INFESTIGASI.COM – Pada tanggal 1 Oktober setiap tahunnya, bangsa Indonesia merayakan Hari Kesaktian Pancasila. Hari tersebut menyimpan salah satu momen penting dalam sejarah Indonesia dan selalu berkaitan dengan Gerakan 30 September.
Peristiwa bersejarah pada 30 September 1965, telah menguji Pancasila sebagai dasar negara. Menurut sejarah versi pemerintahan Orde Baru, peristiwa pemberontakan yang dilakukan oleh Partai Komunis Indonesia (PKI) ini berupaya mengganti Pancasila dengan ideologi yang berbeda.
Oleh karena itu, sehari setelah peristiwa G30S/PKI seluruh masyarakat Indonesia memperingatinya sebagai Hari Kesaktian Pancasila.
Sejarah Hari Kesaktian Pancasila
Sejarah ini dimulai pada malam 30 September 1965, dimana terjadi penculikan dan pembunuhan pada sejumlah anggota militer. Insiden yang dikenal sebagai Gerakan 30 September ini masih menjadi perdebatan dalam lingkup akademik tentang siapa dalang dan apa motif nya.
Akan tetapi, menurut Hairul Amren Samosir SSos, MPd dalam bukunya yang berjudul Pancasila mengatakan bahwa otoritas militer dan kelompok keagamaan kala ini menyebarkan kabar bahwa insiden tersebut merupakan usaha PKI dalam mengubah unsur Pancasila menjadi ideologi komunis.
Peristiwa penculikan dilakukan oleh kelompok PKI dengan mendatangi rumah masing-masing korban, kecuali Perre Andreas Tendean yang tengah berada di rumah Jenderal TNI AH Nasution dan menjadi korban salah tangkap.
Kelompok PKI itu mengaku sebagai pasukan pengawal Istana (Cakrabirawa) dan berdalih untuk menjemput para korban dengan alasan dipanggil Presiden Soekarno, padahal tidak. Kemudian, R. Soeprapto, Sutoyo Siswomiharjo, S. Parman, dan Pierre Andreas Tendean ikut dalam keadaan hidup.
Mereka kemudian dibawa ke sebuah markas di kawasan Pondok Gede, Jakarta Timur. Setibanya di markas keempat anggota TNI AD itu dibunuh dan mayatnya dimasukkan dalam sumur tua berdiameter 75 sentimeter dengan kedalaman 12 meter.

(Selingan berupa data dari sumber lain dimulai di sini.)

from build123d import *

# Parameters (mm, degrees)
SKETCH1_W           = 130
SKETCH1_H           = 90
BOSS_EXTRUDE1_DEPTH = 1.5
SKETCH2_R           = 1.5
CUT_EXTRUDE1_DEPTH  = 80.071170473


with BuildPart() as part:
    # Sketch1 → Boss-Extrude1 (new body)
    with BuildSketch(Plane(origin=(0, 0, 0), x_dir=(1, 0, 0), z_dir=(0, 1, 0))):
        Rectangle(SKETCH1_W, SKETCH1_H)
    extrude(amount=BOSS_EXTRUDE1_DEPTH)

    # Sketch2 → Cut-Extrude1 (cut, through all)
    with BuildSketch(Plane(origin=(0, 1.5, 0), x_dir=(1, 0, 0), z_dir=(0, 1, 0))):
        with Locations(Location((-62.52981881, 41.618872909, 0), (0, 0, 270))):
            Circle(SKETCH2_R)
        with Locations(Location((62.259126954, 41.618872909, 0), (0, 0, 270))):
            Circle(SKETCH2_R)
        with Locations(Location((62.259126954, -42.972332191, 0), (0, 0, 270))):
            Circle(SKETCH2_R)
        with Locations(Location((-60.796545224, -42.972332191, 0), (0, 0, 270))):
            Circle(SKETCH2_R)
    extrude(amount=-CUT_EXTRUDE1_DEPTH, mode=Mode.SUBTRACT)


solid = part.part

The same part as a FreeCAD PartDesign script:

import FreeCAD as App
import Part
import Sketcher

V = App.Vector
Q = App.Units.Quantity

doc = App.newDocument("Part")
body = doc.addObject("PartDesign::Body", "Body")

# Sketch on XZ plane
sketch1 = body.newObject("Sketcher::SketchObject", "Sketch")
sketch1.AttachmentSupport = (doc.getObject("XZ_Plane"), [""])
sketch1.MapMode = "FlatFace"
sketch1.addGeometry([
    Part.LineSegment(V(-65, -45, 0), V(-65, 45, 0)),
    Part.LineSegment(V(-65, 45, 0), V(65, 45, 0)),
    Part.LineSegment(V(65, 45, 0), V(65, -45, 0)),
    Part.LineSegment(V(65, -45, 0), V(-65, -45, 0)),
], False)
sketch1.addConstraint([
    Sketcher.Constraint("Coincident", 0, 2, 1, 1),
    Sketcher.Constraint("Coincident", 1, 2, 2, 1),
    Sketcher.Constraint("Coincident", 2, 2, 3, 1),
    Sketcher.Constraint("Coincident", 3, 2, 0, 1),
    Sketcher.Constraint("Vertical", 0),
    Sketcher.Constraint("Horizontal", 1),
    Sketcher.Constraint("Vertical", 2),
    Sketcher.Constraint("Horizontal", 3),
    Sketcher.Constraint("Symmetric", 0, 2, 2, 2, -1, 1),
    Sketcher.Constraint("DistanceX", 1, 1, 1, 2, Q("130 mm")),
    Sketcher.Constraint("DistanceY", 0, 1, 0, 2, Q("90 mm")),
])
pad1 = body.newObject("PartDesign::Pad", "Pad")
pad1.Profile = sketch1
pad1.Length = 1.5
pad1.Reversed = True

# Sketch on XZ plane
sketch2 = body.newObject("Sketcher::SketchObject", "Sketch001")
sketch2.AttachmentSupport = (doc.getObject("XZ_Plane"), [""])
sketch2.MapMode = "FlatFace"
sketch2.AttachmentOffset = App.Placement(V(0, 0, -1.5), App.Rotation())
sketch2.addGeometry([
    Part.Circle(V(-62.5, -41.6, 0), V(0, 0, 1), 1.5),
    Part.Circle(V(62.3, -41.6, 0), V(0, 0, 1), 1.5),
    Part.Circle(V(62.3, 43, 0), V(0, 0, 1), 1.5),
    Part.Circle(V(-60.8, 43, 0), V(0, 0, 1), 1.5),
], False)
sketch2.addConstraint([
    Sketcher.Constraint("Equal", 0, 1),
    Sketcher.Constraint("Equal", 1, 2),
    Sketcher.Constraint("Equal", 2, 3),
    Sketcher.Constraint("Horizontal", 0, 3, 1, 3),
    Sketcher.Constraint("Horizontal", 2, 3, 3, 3),
    Sketcher.Constraint("Vertical", 1, 3, 2, 3),
    Sketcher.Constraint("Diameter", 0, Q("3 mm")),
    Sketcher.Constraint("DistanceX", 0, 3, -1, 1, Q("62.529819 mm")),
    Sketcher.Constraint("DistanceY", 0, 3, -1, 1, Q("41.618873 mm")),
    Sketcher.Constraint("DistanceX", -1, 1, 1, 3, Q("62.259127 mm")),
    Sketcher.Constraint("DistanceY", -1, 1, 2, 3, Q("42.972332 mm")),
    Sketcher.Constraint("DistanceX", 3, 3, -1, 1, Q("60.796545 mm")),
])
pocket1 = body.newObject("PartDesign::Pocket", "Pocket")
pocket1.Profile = sketch2
pocket1.Type = "ThroughAll"
pocket1.Reversed = True

doc.recompute()
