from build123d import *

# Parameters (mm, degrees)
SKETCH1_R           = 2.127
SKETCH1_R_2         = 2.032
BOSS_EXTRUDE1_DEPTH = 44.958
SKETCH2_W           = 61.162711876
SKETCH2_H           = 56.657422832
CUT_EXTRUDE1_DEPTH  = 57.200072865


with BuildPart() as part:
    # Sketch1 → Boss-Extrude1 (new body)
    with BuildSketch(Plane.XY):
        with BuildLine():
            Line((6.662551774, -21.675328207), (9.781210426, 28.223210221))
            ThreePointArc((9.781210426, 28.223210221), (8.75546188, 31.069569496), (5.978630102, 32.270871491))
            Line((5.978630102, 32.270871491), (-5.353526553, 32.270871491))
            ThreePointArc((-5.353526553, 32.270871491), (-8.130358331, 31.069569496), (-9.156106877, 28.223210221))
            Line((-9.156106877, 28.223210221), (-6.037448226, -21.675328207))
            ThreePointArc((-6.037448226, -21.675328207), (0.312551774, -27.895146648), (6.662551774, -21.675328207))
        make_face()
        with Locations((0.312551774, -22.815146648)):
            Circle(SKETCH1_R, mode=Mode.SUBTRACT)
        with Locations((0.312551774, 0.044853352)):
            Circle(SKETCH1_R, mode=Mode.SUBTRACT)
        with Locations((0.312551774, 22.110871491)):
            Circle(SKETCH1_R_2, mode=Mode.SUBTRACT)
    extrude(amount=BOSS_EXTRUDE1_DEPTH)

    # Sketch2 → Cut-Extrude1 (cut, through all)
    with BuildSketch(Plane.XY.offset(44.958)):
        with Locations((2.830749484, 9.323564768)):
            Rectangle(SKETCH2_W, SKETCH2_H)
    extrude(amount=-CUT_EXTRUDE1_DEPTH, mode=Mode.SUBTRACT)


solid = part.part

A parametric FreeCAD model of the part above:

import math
import FreeCAD as App
import Part
import Sketcher

V = App.Vector
Q = App.Units.Quantity

doc = App.newDocument("Part")
params = doc.addObject("Spreadsheet::Sheet", "Params")
for row, (alias, value) in enumerate([
    ("sketch1_diameter", "0.16 in"),
    ("sketch1_radius", "0.15 in"),
    ("sketch1_radius2", "0.15 in"),
    ("pad1_length", "1.77 in"),
], start=1):
    params.set(f"A{row}", alias)
    params.set(f"B{row}", "=" + value)
    params.setAlias(f"B{row}", alias)

body = doc.addObject("PartDesign::Body", "Body")

sketch1 = body.newObject("Sketcher::SketchObject", "Sketch")
sketch1.AttachmentSupport = (doc.getObject("XY_Plane"), [""])
sketch1.MapMode = "FlatFace"
sketch1.addGeometry(Part.LineSegment(V(6.662552, -21.675328, 0), V(9.78121, 28.22321, 0)), False)
sketch1.addGeometry(Part.ArcOfCircle(Part.Circle(V(5.97863, 28.460871, 0), V(0, 0, 1), 3.81), math.radians(-3.576334), math.radians(90)), False)
sketch1.addGeometry(Part.LineSegment(V(5.97863, 32.270871, 0), V(-5.353527, 32.270871, 0)), False)
sketch1.addGeometry(Part.ArcOfCircle(Part.Circle(V(-5.353527, 28.460871, 0), V(0, 0, 1), 3.81), math.radians(90), math.radians(183.576334)), False)
sketch1.addGeometry(Part.LineSegment(V(-9.156107, 28.22321, 0), V(-6.037448, -21.675328, 0)), False)
sketch1.addGeometry(Part.ArcOfCircle(Part.Circle(V(0.312552, -21.543784, 0), V(0, 0, 1), 6.351362), math.radians(-178.813255), math.radians(-1.186745)), False)
sketch1.addGeometry(Part.Circle(V(0.312552, -22.815147, 0), V(0, 0, 1), 2.127), False)
sketch1.addGeometry(Part.Circle(V(0.312552, 0.044853, 0), V(0, 0, 1), 2.127), False)
sketch1.addGeometry(Part.Circle(V(0.312552, 22.110871, 0), V(0, 0, 1), 2.032), False)
sketch1.addConstraint(Sketcher.Constraint("Coincident", 0, 2, 1, 1))
sketch1.addConstraint(Sketcher.Constraint("Coincident", 1, 2, 2, 1))
sketch1.addConstraint(Sketcher.Constraint("Coincident", 2, 2, 3, 1))
sketch1.addConstraint(Sketcher.Constraint("Coincident", 3, 2, 4, 1))
sketch1.addConstraint(Sketcher.Constraint("Coincident", 4, 2, 5, 1))
sketch1.addConstraint(Sketcher.Constraint("Coincident", 5, 2, 0, 1))
sketch1.addConstraint(Sketcher.Constraint("Horizontal", 2))
sketch1.addConstraint(Sketcher.Constraint("Diameter", 8, Q("0.16 in")))
sketch1.addConstraint(Sketcher.Constraint("Radius", 1, Q("0.15 in")))
sketch1.addConstraint(Sketcher.Constraint("Radius", 3, Q("0.15 in")))
sketch1.addConstraint(Sketcher.Constraint("DistanceY", 6, 3, 7, 3, Q("0.9 in")))
sketch1.addConstraint(Sketcher.Constraint("DistanceY", 8, 3, 1, 2, Q("0.4 in")))
sketch1.addConstraint(Sketcher.Constraint("DistanceX", 4, 2, 5, 2, Q("0.5 in")))
sketch1.addConstraint(Sketcher.Constraint("Diameter", 6, Q("4.254 mm")))
sketch1.addConstraint(Sketcher.Constraint("Diameter", 7, Q("4.254 mm")))
sketch1.addConstraint(Sketcher.Constraint("DistanceX", 4, 2, 5, 3, Q("0.25 in")))
sketch1.addConstraint(Sketcher.Constraint("DistanceX", 4, 2, 6, 3, Q("0.25 in")))
sketch1.addConstraint(Sketcher.Constraint("DistanceX", 4, 2, 7, 3, Q("0.25 in")))
sketch1.addConstraint(Sketcher.Constraint("DistanceX", 4, 2, 8, 3, Q("0.25 in")))
sketch1.addConstraint(Sketcher.Constraint("Radius", 5, Q("6.351362 mm")))
sketch1.addConstraint(Sketcher.Constraint("Distance", 0, Q("49.995902 mm")))
sketch1.addConstraint(Sketcher.Constraint("Distance", 4, Q("49.995902 mm")))
sketch1.addConstraint(Sketcher.Constraint("DistanceY", 4, 2, 8, 3, Q("43.7862 mm")))
sketch1.addConstraint(Sketcher.Constraint("DistanceX", 2, 2, 2, 1, Q("11.332157 mm")))
sketch1.addConstraint(Sketcher.Constraint("DistanceX", -1, 1, 1, 3, Q("5.97863 mm")))
sketch1.addConstraint(Sketcher.Constraint("DistanceY", -1, 1, 1, 3, Q("28.460871 mm")))
sketch1.addConstraint(Sketcher.Constraint("DistanceX", -1, 1, 5, 3, Q("0.312552 mm")))
sketch1.addConstraint(Sketcher.Constraint("DistanceX", -1, 1, 1, 2, Q("5.97863 mm")))
sketch1.addConstraint(Sketcher.Constraint("DistanceY", -1, 1, 3, 2, Q("28.22321 mm")))
sketch1.addConstraint(Sketcher.Constraint("DistanceY", 6, 3, 3, 3, Q("51.276018 mm")))
sketch1.setExpression("Constraints[7]", "Params.sketch1_diameter")
sketch1.setExpression("Constraints[8]", "Params.sketch1_radius")
sketch1.setExpression("Constraints[9]", "Params.sketch1_radius2")
pad1 = body.newObject("PartDesign::Pad", "Pad")
pad1.Profile = sketch1
pad1.setExpression("Length", "Params.pad1_length")

sketch2 = body.newObject("Sketcher::SketchObject", "Sketch001")
sketch2.AttachmentSupport = (doc.getObject("XY_Plane"), [""])
sketch2.MapMode = "FlatFace"
sketch2.AttachmentOffset = App.Placement(V(0, 0, 1.77 * 25.4), App.Rotation())
sketch2.addGeometry(Part.LineSegment(V(-28, 38, 0), V(-28, -19, 0)), False)
sketch2.addGeometry(Part.LineSegment(V(-28, -19, 0), V(33, -19, 0)), False)
sketch2.addGeometry(Part.LineSegment(V(33, -19, 0), V(33, 38, 0)), False)
sketch2.addGeometry(Part.LineSegment(V(33, 38, 0), V(-28, 38, 0)), False)
sketch2.addConstraint(Sketcher.Constraint("Coincident", 0, 2, 1, 1))
sketch2.addConstraint(Sketcher.Constraint("Coincident", 1, 2, 2, 1))
sketch2.addConstraint(Sketcher.Constraint("Coincident", 2, 2, 3, 1))
sketch2.addConstraint(Sketcher.Constraint("Coincident", 3, 2, 0, 1))
sketch2.addConstraint(Sketcher.Constraint("Vertical", 0))
sketch2.addConstraint(Sketcher.Constraint("Horizontal", 1))
sketch2.addConstraint(Sketcher.Constraint("Vertical", 2))
sketch2.addConstraint(Sketcher.Constraint("Horizontal", 3))
sketch2.addConstraint(Sketcher.Constraint("DistanceX", 1, 1, 1, 2, Q("61.162712 mm")))
sketch2.addConstraint(Sketcher.Constraint("DistanceY", 0, 2, 0, 1, Q("56.657423 mm")))
sketch2.addConstraint(Sketcher.Constraint("DistanceX", 0, 2, -1, 1, Q("27.750606 mm")))
sketch2.addConstraint(Sketcher.Constraint("DistanceY", 0, 2, -1, 1, Q("19.005147 mm")))
pocket1 = body.newObject("PartDesign::Pocket", "Pocket")
pocket1.Profile = sketch2
pocket1.Type = "ThroughAll"

doc.recompute()
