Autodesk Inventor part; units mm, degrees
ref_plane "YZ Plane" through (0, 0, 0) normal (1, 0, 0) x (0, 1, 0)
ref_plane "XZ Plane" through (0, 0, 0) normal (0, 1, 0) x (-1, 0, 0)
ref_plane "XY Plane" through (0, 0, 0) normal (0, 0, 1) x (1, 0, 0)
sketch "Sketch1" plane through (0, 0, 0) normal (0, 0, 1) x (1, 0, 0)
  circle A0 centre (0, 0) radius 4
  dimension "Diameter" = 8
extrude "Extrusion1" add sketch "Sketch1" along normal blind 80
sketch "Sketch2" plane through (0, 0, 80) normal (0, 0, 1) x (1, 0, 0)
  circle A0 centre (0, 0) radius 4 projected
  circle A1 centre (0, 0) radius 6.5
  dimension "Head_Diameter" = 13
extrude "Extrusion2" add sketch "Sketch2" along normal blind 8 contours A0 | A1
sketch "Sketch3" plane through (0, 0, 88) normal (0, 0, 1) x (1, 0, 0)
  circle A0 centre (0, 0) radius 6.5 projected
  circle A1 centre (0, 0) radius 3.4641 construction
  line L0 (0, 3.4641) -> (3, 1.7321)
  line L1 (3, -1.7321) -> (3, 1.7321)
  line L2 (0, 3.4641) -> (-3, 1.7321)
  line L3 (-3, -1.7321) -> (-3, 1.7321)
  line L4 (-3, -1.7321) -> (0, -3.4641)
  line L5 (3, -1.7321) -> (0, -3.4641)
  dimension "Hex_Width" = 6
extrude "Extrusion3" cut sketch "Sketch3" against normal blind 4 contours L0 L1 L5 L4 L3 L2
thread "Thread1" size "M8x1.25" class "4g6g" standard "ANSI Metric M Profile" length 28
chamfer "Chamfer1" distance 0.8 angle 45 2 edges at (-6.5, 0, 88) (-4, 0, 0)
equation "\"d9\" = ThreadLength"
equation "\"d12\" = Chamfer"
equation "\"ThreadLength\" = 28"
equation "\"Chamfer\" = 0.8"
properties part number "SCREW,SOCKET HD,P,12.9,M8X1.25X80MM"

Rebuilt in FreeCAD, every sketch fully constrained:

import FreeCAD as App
import Part
import Sketcher
from FreeCAD import Vector
Q = App.Units.Quantity


def edges_at(feature, points):
    """Names of the edges that pass closest to the given points."""
    edges = feature.Shape.Edges
    near = lambda p: min(range(len(edges)), key=lambda i: edges[i].distToShape(Part.Vertex(*p))[0])
    return sorted({f"Edge{near(p) + 1}" for p in points})


def add_polygon(sketch, points):
    """Adds a closed chain of lines whose ends are joined by coincident constraints."""
    first, n = sketch.GeometryCount, len(points)
    for a, b in zip(points, points[1:] + points[:1]):
        sketch.addGeometry(Part.LineSegment(App.Vector(*a, 0), App.Vector(*b, 0)), False)
    for i in range(n):
        sketch.addConstraint(Sketcher.Constraint("Coincident", first + i, 2, first + (i + 1) % n, 1))

doc = App.newDocument("Part")
body = doc.addObject("PartDesign::Body", "Body")

sketch1 = doc.addObject("Sketcher::SketchObject", "Sketch")
body.addObject(sketch1)
sketch1.AttachmentSupport = (doc.XY_Plane, [""])
sketch1.MapMode = "FlatFace"
sketch1.addGeometry(Part.Circle(Vector(0, 0, 0), Vector(0, 0, 1), 4), False)
sketch1.addConstraint([
    Sketcher.Constraint("Coincident", 0, 3, -1, 1),
    Sketcher.Constraint("Diameter", 0, 8.0),
])
pad1 = doc.addObject("PartDesign::Pad", "Pad")
body.addObject(pad1)
pad1.Profile = sketch1
pad1.Length = 80

sketch2 = doc.addObject("Sketcher::SketchObject", "Sketch001")
body.addObject(sketch2)
sketch2.AttachmentSupport = (doc.XY_Plane, [""])
sketch2.MapMode = "FlatFace"
sketch2.AttachmentOffset = App.Placement(Vector(0, 0, 80), App.Rotation())
sketch2.addGeometry(Part.Circle(Vector(0, 0, 0), Vector(0, 0, 1), 6), False)
sketch2.addConstraint([
    Sketcher.Constraint("Coincident", 0, 3, -1, 1),
    Sketcher.Constraint("Diameter", 0, 13.0),
])
pad2 = doc.addObject("PartDesign::Pad", "Pad001")
body.addObject(pad2)
pad2.Profile = sketch2
pad2.Length = 8

sketch3 = doc.addObject("Sketcher::SketchObject", "Sketch002")
body.addObject(sketch3)
sketch3.AttachmentSupport = (doc.XY_Plane, [""])
sketch3.MapMode = "FlatFace"
sketch3.AttachmentOffset = App.Placement(Vector(0, 0, 88), App.Rotation())
add_polygon(sketch3, [(3, 1.7), (0, 3.5), (-3, 1.7), (-3, -1.7), (0, -3.5), (3, -1.7)])
sketch3.addConstraint([
    Sketcher.Constraint("Vertical", 2),
    Sketcher.Constraint("Vertical", 5),
    Sketcher.Constraint("Symmetric", 0, 2, 3, 2, -1, 1),
    Sketcher.Constraint("Symmetric", 1, 2, 4, 2, -1, 1),
    Sketcher.Constraint("PointOnObject", 0, 2, -2),
    Sketcher.Constraint("Parallel", 0, 3),
    Sketcher.Constraint("Horizontal", 2, 2, 4, 2),
    Sketcher.Constraint("DistanceX", 2, 2, 4, 2, 6.0),
    Sketcher.Constraint("Angle", 0, Q("150.0007 deg")),
    Sketcher.Constraint("DistanceY", 2, 2, 2, 1, 3.4642),
])
pocket1 = doc.addObject("PartDesign::Pocket", "Pocket")
body.addObject(pocket1)
pocket1.Profile = sketch3
pocket1.Length = 4
doc.recompute()

chamfer = doc.addObject("PartDesign::Chamfer", "Chamfer")
body.addObject(chamfer)
chamfer.Base = (pocket1, edges_at(pocket1, [(-6.5, 0, 88), (-4, 0, 0)]))
chamfer.Size = 0.8

doc.recompute()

Sementara Ahmad Yani, MT Haryono, dan DI Pandjaitan ditembak di rumah masing-masing. Kemudian mayat mereka dimasukkan di sumur tua yang sama, yang nantinya dikenal sebagai Lubang Buaya.
Kemudian, mayat-mayat tersebut ditemukan pada 4 Oktober 1965. Setelah ditemukan, mayat ketujuh anggota TNI tersebut dimakamkan secara kenegaraan.
Mereka dimakamkan Taman Makam Pahlawan di Kalibata, Jakarta pada 5 Oktober dan diangkat menjadi Pahlawan Revolusi.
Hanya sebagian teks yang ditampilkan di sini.